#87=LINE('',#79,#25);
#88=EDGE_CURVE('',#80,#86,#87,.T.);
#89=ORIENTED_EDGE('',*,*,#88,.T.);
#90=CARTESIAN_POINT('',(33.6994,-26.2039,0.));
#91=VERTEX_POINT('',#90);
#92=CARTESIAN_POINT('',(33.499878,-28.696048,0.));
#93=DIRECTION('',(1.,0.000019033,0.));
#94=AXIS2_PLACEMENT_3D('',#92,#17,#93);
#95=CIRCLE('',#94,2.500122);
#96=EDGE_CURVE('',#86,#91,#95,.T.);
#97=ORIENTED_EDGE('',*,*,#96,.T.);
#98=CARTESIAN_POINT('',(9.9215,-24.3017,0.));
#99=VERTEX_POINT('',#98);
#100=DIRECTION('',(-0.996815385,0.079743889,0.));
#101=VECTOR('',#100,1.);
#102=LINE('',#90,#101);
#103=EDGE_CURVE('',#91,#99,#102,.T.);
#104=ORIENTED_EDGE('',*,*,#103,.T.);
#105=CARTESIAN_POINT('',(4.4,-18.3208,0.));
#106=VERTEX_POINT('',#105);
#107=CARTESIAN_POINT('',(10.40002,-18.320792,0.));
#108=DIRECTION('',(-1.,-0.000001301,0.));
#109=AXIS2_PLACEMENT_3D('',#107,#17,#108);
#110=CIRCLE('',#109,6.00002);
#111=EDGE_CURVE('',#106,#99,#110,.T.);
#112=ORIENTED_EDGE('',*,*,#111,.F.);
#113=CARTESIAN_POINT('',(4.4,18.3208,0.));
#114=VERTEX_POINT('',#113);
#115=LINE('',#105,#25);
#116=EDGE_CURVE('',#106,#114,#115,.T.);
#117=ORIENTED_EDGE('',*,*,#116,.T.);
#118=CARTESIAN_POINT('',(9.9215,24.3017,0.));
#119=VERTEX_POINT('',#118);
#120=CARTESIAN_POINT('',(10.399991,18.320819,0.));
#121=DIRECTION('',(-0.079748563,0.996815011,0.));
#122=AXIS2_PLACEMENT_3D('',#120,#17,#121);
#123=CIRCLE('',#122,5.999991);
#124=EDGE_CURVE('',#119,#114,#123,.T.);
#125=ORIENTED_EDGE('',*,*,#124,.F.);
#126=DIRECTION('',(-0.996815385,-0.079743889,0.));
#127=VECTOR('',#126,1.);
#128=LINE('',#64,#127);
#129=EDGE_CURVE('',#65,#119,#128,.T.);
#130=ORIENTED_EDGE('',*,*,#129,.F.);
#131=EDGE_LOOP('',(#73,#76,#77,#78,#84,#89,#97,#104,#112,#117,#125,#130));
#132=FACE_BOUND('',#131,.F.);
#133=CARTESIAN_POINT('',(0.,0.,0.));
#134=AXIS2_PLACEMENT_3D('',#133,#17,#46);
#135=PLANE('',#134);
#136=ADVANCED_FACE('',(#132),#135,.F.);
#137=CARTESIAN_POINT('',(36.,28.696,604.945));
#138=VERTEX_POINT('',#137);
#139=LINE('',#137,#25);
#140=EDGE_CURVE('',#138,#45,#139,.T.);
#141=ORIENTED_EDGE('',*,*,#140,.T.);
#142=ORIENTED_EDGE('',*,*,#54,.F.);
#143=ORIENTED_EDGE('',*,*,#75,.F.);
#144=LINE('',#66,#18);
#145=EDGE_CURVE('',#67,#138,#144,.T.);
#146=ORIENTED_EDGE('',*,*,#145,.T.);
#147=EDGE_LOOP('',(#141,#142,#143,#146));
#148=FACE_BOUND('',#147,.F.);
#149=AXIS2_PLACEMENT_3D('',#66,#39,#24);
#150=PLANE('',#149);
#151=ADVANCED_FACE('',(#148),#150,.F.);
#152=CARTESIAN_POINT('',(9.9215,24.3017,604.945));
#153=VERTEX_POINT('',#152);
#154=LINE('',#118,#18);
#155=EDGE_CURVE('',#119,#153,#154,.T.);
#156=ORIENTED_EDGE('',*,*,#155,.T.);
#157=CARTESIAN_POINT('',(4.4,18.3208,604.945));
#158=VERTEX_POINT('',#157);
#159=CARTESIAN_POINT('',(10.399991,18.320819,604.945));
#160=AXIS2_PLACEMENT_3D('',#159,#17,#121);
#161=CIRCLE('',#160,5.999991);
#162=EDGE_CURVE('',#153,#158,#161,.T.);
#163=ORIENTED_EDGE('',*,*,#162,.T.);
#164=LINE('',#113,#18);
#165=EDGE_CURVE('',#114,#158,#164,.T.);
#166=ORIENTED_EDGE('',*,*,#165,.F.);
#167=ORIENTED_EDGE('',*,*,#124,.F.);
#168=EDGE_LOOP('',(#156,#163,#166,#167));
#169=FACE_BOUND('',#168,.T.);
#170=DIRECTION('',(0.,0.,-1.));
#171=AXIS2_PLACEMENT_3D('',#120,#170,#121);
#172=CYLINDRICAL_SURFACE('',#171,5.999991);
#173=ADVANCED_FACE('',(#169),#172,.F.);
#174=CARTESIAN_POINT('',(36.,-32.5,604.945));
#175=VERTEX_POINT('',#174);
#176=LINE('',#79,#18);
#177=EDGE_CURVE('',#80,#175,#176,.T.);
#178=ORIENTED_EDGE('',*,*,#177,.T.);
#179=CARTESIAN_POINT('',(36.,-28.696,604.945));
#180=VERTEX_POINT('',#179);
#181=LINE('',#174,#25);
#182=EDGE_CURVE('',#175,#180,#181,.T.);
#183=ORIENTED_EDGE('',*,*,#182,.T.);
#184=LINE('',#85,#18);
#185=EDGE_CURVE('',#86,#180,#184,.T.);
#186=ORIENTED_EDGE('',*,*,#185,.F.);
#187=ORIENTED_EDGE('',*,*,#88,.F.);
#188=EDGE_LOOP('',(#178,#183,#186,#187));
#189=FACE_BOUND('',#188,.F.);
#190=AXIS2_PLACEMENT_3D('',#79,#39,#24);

+---+

Directions:
In the records above, how many lines include "CIRCLE"? Give that number and nothing more.

Written solution:
4